CHICAGO – Minnesota football coach Glen Mason is a man with a team that has a lot of questions surrounding it going into the 2006 season.
Who will carry the load at running back? How will the revamped offensive line fair? Will this finally be the year the defense makes an impact?
These are just a few.
Mason tackled these topics, among others Tuesday, during Big Ten Football Media Day.
“I’m really anxious for our upcoming season,” Mason said. “We’re losing very few players from our 2005 ball club, but the players we lost were pretty darn good players.
“The players and I are growing tired of answering the same questions about the players we lost because we return a lot of guys who played a significant amount of football for us last year.”
Much to Mason’s chagrin, it’s almost impossible to talk about the 2006 Gophers without talking about who’s no longer around, especially at running back.
Minnesota will have to replace junior Laurence Maroney (early departure) and sophomore Gary Russell (academics) if it hopes to keep its vaunted ground attack – third best in the nation last season with an average of 273.08 yards per game – rolling along.
The team has just one returning back with any legitimate experience, junior Amir Pinnix. And Pinnix has never been the featured back for any prolonged stretch and he also suffered a high ankle sprain in spring practice – a tricky injury.
“I’m looking for anybody,” Mason said about his backs. “We need more depth at that position.”
Junior college transfer Brylee Callender – a standout in the Gophers’ spring game – and redshirt freshman Jay Thomas could be the ones to provide much-needed depth, as Minnesota is typically a team that relies on more than one back.
Finding someone – anyone – to step up and carry the load will be crucial to Minnesota’s chances in 2006, according to ESPN college football analyst Kirk Herbstreit.
“I still think Minnesota has to go back to doing what they do best and that’s running the football,” Herbstreit said. “Can they find a tailback eventually to emerge to become the guy? Only time will tell.”
The future of the Gophers offensive line is also uncertain, as the Gophers are looking to replace All-American center Greg Eslinger and All-Big Ten First Team guard Mark Setterstrom.
A group of players, both inexperienced and playing out of position, will set out to accomplish this.
Minnesota has a tackle playing center (junior Tony Brinkhaus), a center (senior Tyson Swaggert) playing left guard and three redshirt freshmen vying for the right guard spot.
“I’ve got a lot of confidence (in the offensive line),” Mason said. “I’ve seen those guys play before.”
Mason pointed out that junior left tackle Joe Ainslie’s hand injury last season gave then-sophomore Steve Shidell valuable playing time and now the team has two experienced tackles, with Ainslie moving to the right side.
With all these questions surrounding the offense, one could almost forget the troubles the Gophers had on defense last season.
Minnesota again finished near the bottom of the Big Ten in scoring defense (ninth, allowing 34.1 points per game) and with new starters in all three areas of defense, including three spots on the defensive line, the team could struggle once more.
But Mason said he thinks the group will be solid this season, listing an experienced linebacking corps and sophomore defensive end Steve Davis as reasons for his optimism.
Favorable answers will have to be found in many areas for Minnesota to duplicate the generally above-.500 successes of Mason’s tenure, especially this season as the Gophers again have a tough slate.
Minnesota’s Big Ten schedule has the team traveling to Ohio State and Wisconsin and hosting Michigan, Penn State and Iowa.
And the Gophers have perhaps their toughest nonconference game
of Mason’s tenure Sept. 9 at California.
“I think California will be one of the better teams in the country and they go out there,” former Minnesota coach and current ESPN college football analyst Lou Holtz said. “But, you know, can they win the close games?
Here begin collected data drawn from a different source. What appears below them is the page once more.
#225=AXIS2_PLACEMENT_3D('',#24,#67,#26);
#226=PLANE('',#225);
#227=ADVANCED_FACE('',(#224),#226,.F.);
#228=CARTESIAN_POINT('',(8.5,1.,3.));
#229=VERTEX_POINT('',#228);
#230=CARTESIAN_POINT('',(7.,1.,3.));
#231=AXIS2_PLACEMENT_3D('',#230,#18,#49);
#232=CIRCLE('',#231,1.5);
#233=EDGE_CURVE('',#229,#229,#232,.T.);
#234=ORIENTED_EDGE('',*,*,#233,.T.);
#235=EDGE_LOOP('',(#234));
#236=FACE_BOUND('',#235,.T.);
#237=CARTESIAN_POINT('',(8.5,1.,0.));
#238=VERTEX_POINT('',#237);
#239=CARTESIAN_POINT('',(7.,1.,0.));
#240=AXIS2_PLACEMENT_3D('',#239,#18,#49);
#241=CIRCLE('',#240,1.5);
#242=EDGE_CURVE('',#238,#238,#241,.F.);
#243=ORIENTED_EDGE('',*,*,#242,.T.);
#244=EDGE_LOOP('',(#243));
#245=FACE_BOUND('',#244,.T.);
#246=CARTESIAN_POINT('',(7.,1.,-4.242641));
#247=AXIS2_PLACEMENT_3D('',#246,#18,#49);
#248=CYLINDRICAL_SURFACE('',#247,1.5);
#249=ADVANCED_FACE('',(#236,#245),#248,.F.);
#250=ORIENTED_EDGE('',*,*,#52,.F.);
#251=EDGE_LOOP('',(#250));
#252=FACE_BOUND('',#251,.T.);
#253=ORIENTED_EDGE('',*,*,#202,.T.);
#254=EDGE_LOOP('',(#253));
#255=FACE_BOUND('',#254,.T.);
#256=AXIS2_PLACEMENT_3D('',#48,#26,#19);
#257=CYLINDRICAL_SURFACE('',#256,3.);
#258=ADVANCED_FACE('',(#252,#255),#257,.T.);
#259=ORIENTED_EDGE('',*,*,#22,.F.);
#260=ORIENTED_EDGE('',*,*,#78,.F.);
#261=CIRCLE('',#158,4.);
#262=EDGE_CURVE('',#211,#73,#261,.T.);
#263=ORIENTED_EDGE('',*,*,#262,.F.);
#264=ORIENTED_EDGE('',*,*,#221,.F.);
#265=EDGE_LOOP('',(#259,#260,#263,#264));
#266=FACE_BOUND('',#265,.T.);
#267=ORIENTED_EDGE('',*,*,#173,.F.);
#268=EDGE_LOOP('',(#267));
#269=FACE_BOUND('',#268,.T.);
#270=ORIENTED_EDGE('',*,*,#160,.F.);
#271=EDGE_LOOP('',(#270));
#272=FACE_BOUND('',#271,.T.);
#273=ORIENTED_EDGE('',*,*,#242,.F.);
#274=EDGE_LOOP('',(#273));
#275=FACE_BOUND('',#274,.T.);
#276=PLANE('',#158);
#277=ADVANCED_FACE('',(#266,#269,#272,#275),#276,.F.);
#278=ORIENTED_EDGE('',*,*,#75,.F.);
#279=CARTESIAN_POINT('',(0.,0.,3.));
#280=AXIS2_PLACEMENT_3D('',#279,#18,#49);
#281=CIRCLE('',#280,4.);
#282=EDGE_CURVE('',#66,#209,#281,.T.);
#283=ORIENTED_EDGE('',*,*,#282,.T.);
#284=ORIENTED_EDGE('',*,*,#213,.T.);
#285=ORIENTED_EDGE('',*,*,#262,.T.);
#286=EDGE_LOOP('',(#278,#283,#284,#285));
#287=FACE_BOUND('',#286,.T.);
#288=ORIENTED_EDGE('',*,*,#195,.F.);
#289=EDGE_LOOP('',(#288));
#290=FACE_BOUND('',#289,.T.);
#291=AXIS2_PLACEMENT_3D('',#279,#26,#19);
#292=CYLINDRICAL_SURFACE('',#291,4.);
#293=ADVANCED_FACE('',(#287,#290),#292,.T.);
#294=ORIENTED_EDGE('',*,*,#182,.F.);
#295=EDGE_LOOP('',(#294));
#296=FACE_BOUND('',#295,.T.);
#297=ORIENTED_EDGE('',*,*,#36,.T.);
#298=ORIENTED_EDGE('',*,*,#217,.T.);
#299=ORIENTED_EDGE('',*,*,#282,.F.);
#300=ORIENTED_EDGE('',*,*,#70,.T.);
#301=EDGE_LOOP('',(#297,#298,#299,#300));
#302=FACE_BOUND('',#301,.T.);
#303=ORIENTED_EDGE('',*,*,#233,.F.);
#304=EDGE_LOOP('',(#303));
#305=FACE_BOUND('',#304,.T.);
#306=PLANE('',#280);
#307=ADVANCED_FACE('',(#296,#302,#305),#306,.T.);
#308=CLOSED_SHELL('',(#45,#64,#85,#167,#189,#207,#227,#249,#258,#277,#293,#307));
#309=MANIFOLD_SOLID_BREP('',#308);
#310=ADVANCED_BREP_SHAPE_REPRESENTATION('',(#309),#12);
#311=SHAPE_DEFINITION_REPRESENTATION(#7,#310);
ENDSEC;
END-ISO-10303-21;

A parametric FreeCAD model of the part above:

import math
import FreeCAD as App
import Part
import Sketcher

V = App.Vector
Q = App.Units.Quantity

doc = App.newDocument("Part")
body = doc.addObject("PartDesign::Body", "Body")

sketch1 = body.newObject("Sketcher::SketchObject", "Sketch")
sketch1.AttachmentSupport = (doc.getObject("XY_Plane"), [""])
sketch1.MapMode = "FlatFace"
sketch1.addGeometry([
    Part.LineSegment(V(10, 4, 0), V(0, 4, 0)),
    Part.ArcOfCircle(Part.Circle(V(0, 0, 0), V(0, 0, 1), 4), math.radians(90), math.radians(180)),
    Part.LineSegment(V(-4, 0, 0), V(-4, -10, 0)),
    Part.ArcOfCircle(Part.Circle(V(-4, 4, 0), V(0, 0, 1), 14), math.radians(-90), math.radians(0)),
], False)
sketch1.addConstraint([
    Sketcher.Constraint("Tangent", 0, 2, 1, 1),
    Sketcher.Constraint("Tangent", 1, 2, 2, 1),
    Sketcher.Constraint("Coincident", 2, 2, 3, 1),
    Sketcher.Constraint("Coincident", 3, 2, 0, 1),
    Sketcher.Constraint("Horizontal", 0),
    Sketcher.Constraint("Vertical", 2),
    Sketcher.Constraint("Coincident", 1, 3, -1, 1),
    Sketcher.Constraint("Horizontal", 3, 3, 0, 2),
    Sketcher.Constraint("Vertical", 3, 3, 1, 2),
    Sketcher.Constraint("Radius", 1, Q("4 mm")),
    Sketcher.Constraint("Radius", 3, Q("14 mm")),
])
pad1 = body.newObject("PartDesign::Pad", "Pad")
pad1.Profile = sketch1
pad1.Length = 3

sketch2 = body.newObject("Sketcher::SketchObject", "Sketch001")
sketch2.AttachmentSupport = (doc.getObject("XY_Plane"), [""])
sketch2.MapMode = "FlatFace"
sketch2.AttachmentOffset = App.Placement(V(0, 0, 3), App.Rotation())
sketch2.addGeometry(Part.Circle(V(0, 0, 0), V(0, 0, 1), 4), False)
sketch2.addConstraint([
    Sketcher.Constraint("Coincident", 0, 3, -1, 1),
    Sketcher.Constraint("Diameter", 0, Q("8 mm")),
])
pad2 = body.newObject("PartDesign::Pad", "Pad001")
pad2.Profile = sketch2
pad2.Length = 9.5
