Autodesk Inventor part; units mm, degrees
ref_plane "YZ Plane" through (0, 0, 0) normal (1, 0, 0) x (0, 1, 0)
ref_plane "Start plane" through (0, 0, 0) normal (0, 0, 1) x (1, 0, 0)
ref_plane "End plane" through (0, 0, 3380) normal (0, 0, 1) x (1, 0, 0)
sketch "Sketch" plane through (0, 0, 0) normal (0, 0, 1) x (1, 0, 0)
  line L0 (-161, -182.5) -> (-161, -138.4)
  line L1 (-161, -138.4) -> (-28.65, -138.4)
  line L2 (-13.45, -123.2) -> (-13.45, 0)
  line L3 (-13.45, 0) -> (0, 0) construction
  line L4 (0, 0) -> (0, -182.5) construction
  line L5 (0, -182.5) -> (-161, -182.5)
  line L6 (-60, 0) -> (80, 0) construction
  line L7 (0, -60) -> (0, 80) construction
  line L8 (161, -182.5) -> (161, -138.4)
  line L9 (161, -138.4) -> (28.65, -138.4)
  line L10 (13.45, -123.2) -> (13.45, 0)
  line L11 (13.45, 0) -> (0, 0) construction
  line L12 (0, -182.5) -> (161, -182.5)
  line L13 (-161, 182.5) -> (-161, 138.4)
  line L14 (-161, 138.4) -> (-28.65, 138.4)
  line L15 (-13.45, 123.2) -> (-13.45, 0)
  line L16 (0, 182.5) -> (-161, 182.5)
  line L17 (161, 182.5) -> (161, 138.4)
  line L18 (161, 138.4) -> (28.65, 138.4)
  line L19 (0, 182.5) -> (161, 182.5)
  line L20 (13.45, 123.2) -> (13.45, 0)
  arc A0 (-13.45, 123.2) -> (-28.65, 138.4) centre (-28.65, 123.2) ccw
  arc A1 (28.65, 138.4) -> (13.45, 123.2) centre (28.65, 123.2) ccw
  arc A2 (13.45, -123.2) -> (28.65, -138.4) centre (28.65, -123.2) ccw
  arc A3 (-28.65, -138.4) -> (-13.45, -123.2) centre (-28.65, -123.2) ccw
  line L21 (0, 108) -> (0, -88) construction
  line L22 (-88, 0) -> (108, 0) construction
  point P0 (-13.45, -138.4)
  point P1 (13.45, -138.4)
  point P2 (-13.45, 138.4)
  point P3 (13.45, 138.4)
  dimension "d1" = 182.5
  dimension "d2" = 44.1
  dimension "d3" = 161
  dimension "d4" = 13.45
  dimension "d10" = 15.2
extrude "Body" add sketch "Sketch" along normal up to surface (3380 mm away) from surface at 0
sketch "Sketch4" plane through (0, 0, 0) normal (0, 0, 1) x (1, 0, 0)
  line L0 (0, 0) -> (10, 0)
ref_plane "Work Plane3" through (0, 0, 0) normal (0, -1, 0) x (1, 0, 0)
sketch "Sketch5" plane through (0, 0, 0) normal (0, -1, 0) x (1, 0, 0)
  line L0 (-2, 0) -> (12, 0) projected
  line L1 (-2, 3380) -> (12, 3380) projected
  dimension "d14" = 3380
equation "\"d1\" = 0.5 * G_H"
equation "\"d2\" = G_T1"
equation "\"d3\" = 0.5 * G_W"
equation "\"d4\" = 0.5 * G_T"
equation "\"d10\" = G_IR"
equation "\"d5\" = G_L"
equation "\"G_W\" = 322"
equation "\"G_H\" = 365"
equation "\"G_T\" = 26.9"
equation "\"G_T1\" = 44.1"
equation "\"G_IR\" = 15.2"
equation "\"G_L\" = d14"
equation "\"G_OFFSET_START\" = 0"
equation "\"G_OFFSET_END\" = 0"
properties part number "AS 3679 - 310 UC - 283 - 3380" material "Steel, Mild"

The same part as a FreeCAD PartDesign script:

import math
import FreeCAD as App
import Part
import Sketcher

V = App.Vector

doc = App.newDocument("Part")
params = doc.addObject("Spreadsheet::Sheet", "Params")
for row, (alias, value) in enumerate([
    ("sketch1_radius", "15.2 mm"),
    ("sketch1_height", "44.1 mm"),
    ("pad1_length", "3380 mm"),
], start=1):
    params.set(f"A{row}", alias)
    params.set(f"B{row}", "=" + value)
    params.setAlias(f"B{row}", alias)

body = doc.addObject("PartDesign::Body", "Body")

# Sketch on XY plane
sketch1 = doc.addObject("Sketcher::SketchObject", "Sketch")
body.addObject(sketch1)
sketch1.AttachmentSupport = (doc.XY_Plane, [""])
sketch1.MapMode = "FlatFace"
sketch1.addGeometry(Part.LineSegment(V(-161, -138, 0), V(-161, -182, 0)), False)
sketch1.addGeometry(Part.LineSegment(V(-161, -182, 0), V(161, -182, 0)), False)
sketch1.addGeometry(Part.LineSegment(V(161, -182, 0), V(161, -138, 0)), False)
sketch1.addGeometry(Part.LineSegment(V(161, -138, 0), V(29, -138, 0)), False)
sketch1.addGeometry(Part.ArcOfCircle(Part.Circle(V(29, -123, 0), V(0, 0, 1), 15), math.radians(180), math.radians(270)), False)
sketch1.addGeometry(Part.LineSegment(V(13, -123, 0), V(13, 123, 0)), False)
sketch1.addGeometry(Part.ArcOfCircle(Part.Circle(V(29, 123, 0), V(0, 0, 1), 15), math.radians(90), math.radians(180)), False)
sketch1.addGeometry(Part.LineSegment(V(29, 138, 0), V(161, 138, 0)), False)
sketch1.addGeometry(Part.LineSegment(V(161, 138, 0), V(161, 182, 0)), False)
sketch1.addGeometry(Part.LineSegment(V(161, 182, 0), V(-161, 182, 0)), False)
sketch1.addGeometry(Part.LineSegment(V(-161, 182, 0), V(-161, 138, 0)), False)
sketch1.addGeometry(Part.LineSegment(V(-161, 138, 0), V(-29, 138, 0)), False)
sketch1.addGeometry(Part.ArcOfCircle(Part.Circle(V(-29, 123, 0), V(0, 0, 1), 15), math.radians(0), math.radians(90)), False)
sketch1.addGeometry(Part.LineSegment(V(-13, 123, 0), V(-13, -123, 0)), False)
sketch1.addGeometry(Part.ArcOfCircle(Part.Circle(V(-29, -123, 0), V(0, 0, 1), 15), math.radians(-90), math.radians(0)), False)
sketch1.addGeometry(Part.LineSegment(V(-29, -138, 0), V(-161, -138, 0)), False)
sketch1.addConstraint(Sketcher.Constraint("Coincident", 0, 2, 1, 1))
sketch1.addConstraint(Sketcher.Constraint("Coincident", 1, 2, 2, 1))
sketch1.addConstraint(Sketcher.Constraint("Coincident", 2, 2, 3, 1))
sketch1.addConstraint(Sketcher.Constraint("Tangent", 3, 2, 4, 2))
sketch1.addConstraint(Sketcher.Constraint("Tangent", 4, 1, 5, 1))
sketch1.addConstraint(Sketcher.Constraint("Tangent", 5, 2, 6, 2))
sketch1.addConstraint(Sketcher.Constraint("Tangent", 6, 1, 7, 1))
sketch1.addConstraint(Sketcher.Constraint("Coincident", 7, 2, 8, 1))
sketch1.addConstraint(Sketcher.Constraint("Coincident", 8, 2, 9, 1))
sketch1.addConstraint(Sketcher.Constraint("Coincident", 9, 2, 10, 1))
sketch1.addConstraint(Sketcher.Constraint("Coincident", 10, 2, 11, 1))
sketch1.addConstraint(Sketcher.Constraint("Tangent", 11, 2, 12, 2))
sketch1.addConstraint(Sketcher.Constraint("Tangent", 12, 1, 13, 1))
sketch1.addConstraint(Sketcher.Constraint("Tangent", 13, 2, 14, 2))
sketch1.addConstraint(Sketcher.Constraint("Tangent", 14, 1, 15, 1))
sketch1.addConstraint(Sketcher.Constraint("Coincident", 15, 2, 0, 1))
sketch1.addConstraint(Sketcher.Constraint("Vertical", 0))
sketch1.addConstraint(Sketcher.Constraint("Horizontal", 1))
sketch1.addConstraint(Sketcher.Constraint("Vertical", 2))
sketch1.addConstraint(Sketcher.Constraint("Horizontal", 3))
sketch1.addConstraint(Sketcher.Constraint("Vertical", 5))
sketch1.addConstraint(Sketcher.Constraint("Horizontal", 7))
sketch1.addConstraint(Sketcher.Constraint("Vertical", 8))
sketch1.addConstraint(Sketcher.Constraint("Horizontal", 9))
sketch1.addConstraint(Sketcher.Constraint("Vertical", 10))
sketch1.addConstraint(Sketcher.Constraint("Horizontal", 11))
sketch1.addConstraint(Sketcher.Constraint("Vertical", 13))
sketch1.addConstraint(Sketcher.Constraint("Horizontal", 15))
sketch1.addConstraint(Sketcher.Constraint("Equal", 4, 6))
sketch1.addConstraint(Sketcher.Constraint("Equal", 6, 12))
sketch1.addConstraint(Sketcher.Constraint("Equal", 12, 14))
sketch1.addConstraint(Sketcher.Constraint("Symmetric", 4, 3, 12, 3, -1, 1))
sketch1.addConstraint(Sketcher.Constraint("Symmetric", 0, 2, 8, 2, -1, 1))
sketch1.addConstraint(Sketcher.Constraint("Symmetric", 7, 2, 10, 2, -2))
sketch1.addConstraint(Sketcher.Constraint("Symmetric", 2, 2, 15, 2, -2))
sketch1.addConstraint(Sketcher.Constraint("Radius", 4, 15.2))
sketch1.addConstraint(Sketcher.Constraint("DistanceY", 0, 2, 0, 1, 44.1))
sketch1.addConstraint(Sketcher.Constraint("DistanceX", 0, 2, -1, 1, 161.0))
sketch1.addConstraint(Sketcher.Constraint("DistanceY", 0, 2, -1, 1, 182.5))
sketch1.addConstraint(Sketcher.Constraint("DistanceX", -1, 1, 4, 1, 13.45))
sketch1.setExpression("Constraints[35]", "Params.sketch1_radius")
sketch1.setExpression("Constraints[36]", "Params.sketch1_height")
pad1 = doc.addObject("PartDesign::Pad", "Pad")
body.addObject(pad1)
pad1.Profile = sketch1
pad1.setExpression("Length", "Params.pad1_length")

doc.recompute()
That’s what it’s going to come down to.”
More on Russell
After his news conference Tuesday, Mason spoke with reporters, with most of the talk centering on Russell.
“Gary Russell – he’s not on this team,” Mason said. “He’s not going to be on our football team.”
He later added: “He’s not on my to-do list, I can tell you that.”
After being declared academically ineligible, Russell enrolled in junior college in the spring to get his grades up in the hopes of returning to the team. Now, however, it doesn’t appear that will happen.
Mason said he hadn’t talked to Russell recently and that he didn’t think it was fair to his current players that he had to “keep looking backwards” to talk about Russell. Mason did say Russell was “a good kid,” though.
“I think any time a young man that has an opportunity to play college football and it doesn’t work out, I think it’s a travesty,” Mason said. “I think it’s a failure and there’s a lot of responsibility that goes to the failure on both sides.”